- _RAW DATA_:
---

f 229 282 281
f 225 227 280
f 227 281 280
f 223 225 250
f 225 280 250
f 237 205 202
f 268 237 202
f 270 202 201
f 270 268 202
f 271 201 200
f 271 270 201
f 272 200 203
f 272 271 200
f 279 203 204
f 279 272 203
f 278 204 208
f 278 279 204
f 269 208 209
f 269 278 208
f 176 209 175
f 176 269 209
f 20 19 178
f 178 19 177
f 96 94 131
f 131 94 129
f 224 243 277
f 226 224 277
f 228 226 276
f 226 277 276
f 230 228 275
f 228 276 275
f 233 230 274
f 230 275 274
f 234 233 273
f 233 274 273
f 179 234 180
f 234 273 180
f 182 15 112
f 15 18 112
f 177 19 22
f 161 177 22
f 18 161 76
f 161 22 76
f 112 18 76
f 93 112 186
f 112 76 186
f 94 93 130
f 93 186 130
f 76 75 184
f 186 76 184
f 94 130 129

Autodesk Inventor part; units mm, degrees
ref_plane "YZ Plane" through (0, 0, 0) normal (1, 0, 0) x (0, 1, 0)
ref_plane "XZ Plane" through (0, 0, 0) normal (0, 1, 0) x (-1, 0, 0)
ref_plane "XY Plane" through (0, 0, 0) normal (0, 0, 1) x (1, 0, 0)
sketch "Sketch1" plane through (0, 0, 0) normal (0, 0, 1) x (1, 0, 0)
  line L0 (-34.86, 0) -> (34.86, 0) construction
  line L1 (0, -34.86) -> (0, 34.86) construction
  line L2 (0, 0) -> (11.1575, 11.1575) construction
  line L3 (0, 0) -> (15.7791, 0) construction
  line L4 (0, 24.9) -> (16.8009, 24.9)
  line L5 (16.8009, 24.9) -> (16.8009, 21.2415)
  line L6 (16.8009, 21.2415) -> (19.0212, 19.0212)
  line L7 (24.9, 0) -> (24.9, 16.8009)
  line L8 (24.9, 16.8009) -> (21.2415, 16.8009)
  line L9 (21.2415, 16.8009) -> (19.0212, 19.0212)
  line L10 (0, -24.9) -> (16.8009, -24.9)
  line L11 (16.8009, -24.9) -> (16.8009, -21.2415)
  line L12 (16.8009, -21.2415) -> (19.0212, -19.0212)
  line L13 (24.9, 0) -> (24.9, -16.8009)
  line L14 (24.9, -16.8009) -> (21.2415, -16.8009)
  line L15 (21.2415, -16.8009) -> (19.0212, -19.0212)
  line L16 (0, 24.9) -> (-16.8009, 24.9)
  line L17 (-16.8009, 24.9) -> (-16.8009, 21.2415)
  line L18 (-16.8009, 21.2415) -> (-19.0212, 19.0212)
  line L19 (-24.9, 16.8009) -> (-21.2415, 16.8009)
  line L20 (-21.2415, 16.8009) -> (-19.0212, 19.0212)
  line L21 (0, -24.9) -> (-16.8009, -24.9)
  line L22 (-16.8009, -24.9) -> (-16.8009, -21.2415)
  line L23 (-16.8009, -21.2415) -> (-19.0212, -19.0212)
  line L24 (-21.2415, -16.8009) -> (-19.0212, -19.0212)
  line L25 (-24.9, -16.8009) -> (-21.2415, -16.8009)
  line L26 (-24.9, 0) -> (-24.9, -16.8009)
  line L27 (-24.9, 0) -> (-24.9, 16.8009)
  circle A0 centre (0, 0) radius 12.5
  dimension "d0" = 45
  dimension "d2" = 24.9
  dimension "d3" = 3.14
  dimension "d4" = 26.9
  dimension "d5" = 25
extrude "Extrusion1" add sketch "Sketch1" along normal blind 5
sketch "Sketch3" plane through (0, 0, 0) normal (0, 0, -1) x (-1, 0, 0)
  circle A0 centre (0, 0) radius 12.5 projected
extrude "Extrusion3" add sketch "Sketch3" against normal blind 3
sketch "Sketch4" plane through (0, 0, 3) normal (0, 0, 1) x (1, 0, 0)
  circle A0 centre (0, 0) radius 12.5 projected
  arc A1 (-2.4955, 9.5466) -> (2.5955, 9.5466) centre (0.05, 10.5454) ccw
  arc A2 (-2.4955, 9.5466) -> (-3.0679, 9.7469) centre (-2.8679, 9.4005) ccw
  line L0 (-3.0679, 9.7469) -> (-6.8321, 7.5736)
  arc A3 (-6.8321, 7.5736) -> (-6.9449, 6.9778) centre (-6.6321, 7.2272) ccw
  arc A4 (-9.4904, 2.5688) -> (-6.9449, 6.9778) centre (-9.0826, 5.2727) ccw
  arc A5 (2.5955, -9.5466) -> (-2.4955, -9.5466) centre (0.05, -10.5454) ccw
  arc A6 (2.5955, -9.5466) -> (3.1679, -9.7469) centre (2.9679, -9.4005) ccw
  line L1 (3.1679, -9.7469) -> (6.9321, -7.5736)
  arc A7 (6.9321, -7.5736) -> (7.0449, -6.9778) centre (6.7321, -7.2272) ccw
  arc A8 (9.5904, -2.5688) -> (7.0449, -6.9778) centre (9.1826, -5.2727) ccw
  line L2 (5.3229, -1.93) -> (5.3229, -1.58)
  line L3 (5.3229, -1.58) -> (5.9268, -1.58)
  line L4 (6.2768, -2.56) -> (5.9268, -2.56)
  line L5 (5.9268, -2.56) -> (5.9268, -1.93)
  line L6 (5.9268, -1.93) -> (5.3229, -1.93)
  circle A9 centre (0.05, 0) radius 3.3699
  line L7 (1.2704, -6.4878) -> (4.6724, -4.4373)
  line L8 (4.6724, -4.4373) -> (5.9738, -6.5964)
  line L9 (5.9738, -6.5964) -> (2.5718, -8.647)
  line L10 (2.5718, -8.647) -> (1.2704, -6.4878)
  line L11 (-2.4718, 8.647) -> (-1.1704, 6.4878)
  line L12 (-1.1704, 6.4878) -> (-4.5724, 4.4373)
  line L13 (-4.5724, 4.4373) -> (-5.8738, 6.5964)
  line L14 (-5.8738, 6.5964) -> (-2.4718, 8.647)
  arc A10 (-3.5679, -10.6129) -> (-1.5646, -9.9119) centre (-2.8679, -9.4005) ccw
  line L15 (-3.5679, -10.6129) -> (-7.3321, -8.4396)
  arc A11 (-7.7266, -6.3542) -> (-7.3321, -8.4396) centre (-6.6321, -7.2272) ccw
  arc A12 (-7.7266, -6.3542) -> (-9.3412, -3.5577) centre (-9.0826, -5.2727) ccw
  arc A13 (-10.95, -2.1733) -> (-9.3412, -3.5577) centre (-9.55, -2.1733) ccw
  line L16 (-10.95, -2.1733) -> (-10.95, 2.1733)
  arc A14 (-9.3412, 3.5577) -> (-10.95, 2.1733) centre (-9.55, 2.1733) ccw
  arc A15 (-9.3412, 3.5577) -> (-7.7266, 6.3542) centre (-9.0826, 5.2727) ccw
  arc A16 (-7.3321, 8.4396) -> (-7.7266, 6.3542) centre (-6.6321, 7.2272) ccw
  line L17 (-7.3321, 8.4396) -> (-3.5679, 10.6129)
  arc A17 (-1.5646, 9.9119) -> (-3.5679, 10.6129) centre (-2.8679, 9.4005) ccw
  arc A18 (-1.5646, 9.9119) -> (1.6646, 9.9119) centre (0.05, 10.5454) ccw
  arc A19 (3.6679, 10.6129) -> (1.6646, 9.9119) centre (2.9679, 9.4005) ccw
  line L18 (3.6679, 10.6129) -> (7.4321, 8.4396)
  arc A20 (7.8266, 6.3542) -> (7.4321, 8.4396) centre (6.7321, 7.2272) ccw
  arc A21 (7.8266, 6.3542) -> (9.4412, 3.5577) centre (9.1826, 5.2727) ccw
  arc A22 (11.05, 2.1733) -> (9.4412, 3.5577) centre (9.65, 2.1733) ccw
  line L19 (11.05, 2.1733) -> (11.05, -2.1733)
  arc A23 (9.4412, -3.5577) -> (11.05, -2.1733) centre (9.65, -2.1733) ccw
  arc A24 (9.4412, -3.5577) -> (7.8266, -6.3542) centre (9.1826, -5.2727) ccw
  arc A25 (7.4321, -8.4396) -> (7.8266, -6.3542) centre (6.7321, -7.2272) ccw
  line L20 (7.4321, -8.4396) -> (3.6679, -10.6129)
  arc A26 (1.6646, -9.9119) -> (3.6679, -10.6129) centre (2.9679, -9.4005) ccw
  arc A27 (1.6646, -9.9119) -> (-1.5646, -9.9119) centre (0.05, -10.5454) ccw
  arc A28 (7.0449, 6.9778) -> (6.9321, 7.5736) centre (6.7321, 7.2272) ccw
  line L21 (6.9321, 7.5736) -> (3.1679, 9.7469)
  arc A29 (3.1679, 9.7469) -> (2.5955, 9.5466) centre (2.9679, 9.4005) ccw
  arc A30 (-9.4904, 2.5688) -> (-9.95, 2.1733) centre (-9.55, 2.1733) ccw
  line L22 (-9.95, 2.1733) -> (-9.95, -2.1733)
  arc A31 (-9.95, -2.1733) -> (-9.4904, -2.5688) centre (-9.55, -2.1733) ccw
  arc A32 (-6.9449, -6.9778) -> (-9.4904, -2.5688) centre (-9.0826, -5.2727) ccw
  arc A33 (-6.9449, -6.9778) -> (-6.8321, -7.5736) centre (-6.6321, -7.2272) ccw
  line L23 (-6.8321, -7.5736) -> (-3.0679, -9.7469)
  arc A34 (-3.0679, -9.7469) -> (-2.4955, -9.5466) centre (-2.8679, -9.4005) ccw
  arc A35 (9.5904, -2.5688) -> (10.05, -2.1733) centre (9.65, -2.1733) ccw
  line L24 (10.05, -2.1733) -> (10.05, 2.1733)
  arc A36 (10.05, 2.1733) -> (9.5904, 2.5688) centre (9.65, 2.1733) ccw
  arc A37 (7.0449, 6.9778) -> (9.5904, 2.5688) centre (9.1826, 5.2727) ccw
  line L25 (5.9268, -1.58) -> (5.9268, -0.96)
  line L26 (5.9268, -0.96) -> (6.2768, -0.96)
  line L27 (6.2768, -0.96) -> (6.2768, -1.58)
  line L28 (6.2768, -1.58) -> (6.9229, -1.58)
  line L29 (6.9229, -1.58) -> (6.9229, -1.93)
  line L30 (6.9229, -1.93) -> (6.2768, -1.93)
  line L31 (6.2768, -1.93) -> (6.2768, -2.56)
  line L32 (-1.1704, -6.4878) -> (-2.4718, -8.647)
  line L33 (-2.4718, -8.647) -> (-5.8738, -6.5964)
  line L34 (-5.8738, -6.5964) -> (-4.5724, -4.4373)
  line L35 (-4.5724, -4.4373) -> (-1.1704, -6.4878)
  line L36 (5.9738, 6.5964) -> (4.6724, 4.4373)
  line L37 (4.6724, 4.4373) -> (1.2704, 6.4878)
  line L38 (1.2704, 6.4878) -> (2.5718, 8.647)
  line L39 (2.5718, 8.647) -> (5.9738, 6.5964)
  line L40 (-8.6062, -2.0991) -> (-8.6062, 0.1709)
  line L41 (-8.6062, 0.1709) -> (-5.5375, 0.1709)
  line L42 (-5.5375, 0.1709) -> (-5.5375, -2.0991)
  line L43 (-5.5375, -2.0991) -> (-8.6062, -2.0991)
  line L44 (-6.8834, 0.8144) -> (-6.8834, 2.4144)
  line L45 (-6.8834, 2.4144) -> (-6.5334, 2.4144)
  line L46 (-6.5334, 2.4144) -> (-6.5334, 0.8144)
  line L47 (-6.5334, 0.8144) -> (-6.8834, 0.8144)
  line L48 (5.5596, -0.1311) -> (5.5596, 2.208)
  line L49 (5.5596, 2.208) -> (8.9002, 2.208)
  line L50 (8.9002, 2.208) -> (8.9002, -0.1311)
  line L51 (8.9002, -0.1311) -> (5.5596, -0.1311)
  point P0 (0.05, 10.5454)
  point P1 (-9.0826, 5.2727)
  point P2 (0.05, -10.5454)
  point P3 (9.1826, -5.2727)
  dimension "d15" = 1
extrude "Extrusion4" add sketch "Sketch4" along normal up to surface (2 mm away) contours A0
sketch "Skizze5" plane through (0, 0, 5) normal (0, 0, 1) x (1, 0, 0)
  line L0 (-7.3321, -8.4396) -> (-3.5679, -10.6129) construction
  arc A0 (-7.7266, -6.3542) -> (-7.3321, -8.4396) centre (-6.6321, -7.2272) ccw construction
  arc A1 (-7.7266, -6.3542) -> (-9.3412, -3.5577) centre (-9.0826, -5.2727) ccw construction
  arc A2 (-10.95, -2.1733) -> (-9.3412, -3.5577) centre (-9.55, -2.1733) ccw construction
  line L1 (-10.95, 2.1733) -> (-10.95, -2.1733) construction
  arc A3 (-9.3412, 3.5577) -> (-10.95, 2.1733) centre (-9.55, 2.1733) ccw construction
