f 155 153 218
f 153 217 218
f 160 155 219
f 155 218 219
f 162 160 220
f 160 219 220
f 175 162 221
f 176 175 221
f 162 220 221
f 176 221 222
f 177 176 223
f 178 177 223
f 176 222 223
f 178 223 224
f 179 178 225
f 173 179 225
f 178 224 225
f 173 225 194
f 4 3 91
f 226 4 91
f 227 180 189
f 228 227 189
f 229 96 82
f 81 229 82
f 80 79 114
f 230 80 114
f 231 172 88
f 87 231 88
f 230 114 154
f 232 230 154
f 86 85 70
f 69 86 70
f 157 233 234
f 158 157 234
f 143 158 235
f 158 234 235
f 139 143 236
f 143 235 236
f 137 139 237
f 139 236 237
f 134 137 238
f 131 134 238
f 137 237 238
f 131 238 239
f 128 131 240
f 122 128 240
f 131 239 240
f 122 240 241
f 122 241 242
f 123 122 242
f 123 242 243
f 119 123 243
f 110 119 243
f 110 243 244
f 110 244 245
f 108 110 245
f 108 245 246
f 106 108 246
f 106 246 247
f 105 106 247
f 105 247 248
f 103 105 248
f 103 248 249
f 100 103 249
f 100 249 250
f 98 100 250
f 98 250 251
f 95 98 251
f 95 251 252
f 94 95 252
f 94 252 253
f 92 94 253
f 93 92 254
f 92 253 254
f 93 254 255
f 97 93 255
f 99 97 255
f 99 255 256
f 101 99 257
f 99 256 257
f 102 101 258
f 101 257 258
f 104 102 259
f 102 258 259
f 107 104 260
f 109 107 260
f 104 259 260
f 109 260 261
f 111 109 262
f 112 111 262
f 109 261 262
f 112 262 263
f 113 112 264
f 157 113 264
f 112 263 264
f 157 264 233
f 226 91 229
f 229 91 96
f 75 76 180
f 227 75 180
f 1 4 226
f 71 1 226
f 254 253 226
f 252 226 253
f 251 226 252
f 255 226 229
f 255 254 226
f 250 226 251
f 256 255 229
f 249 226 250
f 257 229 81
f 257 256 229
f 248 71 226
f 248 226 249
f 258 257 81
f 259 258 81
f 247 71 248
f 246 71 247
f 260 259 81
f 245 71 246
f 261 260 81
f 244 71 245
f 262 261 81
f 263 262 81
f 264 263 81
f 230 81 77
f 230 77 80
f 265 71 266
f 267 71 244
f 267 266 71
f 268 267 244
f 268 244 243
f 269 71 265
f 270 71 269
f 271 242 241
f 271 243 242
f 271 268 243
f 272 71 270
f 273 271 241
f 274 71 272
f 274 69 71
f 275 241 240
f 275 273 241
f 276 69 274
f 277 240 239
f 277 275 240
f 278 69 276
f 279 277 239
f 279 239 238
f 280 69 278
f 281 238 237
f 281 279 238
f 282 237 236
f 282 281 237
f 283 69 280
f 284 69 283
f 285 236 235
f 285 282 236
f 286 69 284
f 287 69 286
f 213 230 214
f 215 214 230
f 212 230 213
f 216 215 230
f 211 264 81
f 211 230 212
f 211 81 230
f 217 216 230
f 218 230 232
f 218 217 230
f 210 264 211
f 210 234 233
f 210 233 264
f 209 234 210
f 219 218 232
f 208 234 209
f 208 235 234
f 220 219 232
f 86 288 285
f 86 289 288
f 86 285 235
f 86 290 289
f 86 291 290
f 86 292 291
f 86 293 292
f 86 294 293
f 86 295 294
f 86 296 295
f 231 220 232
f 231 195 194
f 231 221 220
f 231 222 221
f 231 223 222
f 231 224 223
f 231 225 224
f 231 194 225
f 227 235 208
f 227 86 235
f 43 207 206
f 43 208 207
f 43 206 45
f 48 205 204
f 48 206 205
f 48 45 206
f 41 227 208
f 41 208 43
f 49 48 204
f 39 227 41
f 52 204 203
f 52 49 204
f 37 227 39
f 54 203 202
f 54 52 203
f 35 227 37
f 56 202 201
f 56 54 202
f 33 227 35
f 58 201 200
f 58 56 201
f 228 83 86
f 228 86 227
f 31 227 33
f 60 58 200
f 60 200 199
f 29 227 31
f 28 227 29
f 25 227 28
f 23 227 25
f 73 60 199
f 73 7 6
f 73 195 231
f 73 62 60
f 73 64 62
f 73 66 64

---

- _YOUR TASK_: Give again, word for word, every line of the listing above from the one with "f 92 94 253" to the one with "f 277 275 240", both inclusive, and nothing beyond them.

- _EXERCISE RESULT_:
f 92 94 253
f 93 92 254
f 92 253 254
f 93 254 255
f 97 93 255
f 99 97 255
f 99 255 256
f 101 99 257
f 99 256 257
f 102 101 258
f 101 257 258
f 104 102 259
f 102 258 259
f 107 104 260
f 109 107 260
f 104 259 260
f 109 260 261
f 111 109 262
f 112 111 262
f 109 261 262
f 112 262 263
f 113 112 264
f 157 113 264
f 112 263 264
f 157 264 233
f 226 91 229
f 229 91 96
f 75 76 180
f 227 75 180
f 1 4 226
f 71 1 226
f 254 253 226
f 252 226 253
f 251 226 252
f 255 226 229
f 255 254 226
f 250 226 251
f 256 255 229
f 249 226 250
f 257 229 81
f 257 256 229
f 248 71 226
f 248 226 249
f 258 257 81
f 259 258 81
f 247 71 248
f 246 71 247
f 260 259 81
f 245 71 246
f 261 260 81
f 244 71 245
f 262 261 81
f 263 262 81
f 264 263 81
f 230 81 77
f 230 77 80
f 265 71 266
f 267 71 244
f 267 266 71
f 268 267 244
f 268 244 243
f 269 71 265
f 270 71 269
f 271 242 241
f 271 243 242
f 271 268 243
f 272 71 270
f 273 271 241
f 274 71 272
f 274 69 71
f 275 241 240
f 275 273 241
f 276 69 274
f 277 240 239
f 277 275 240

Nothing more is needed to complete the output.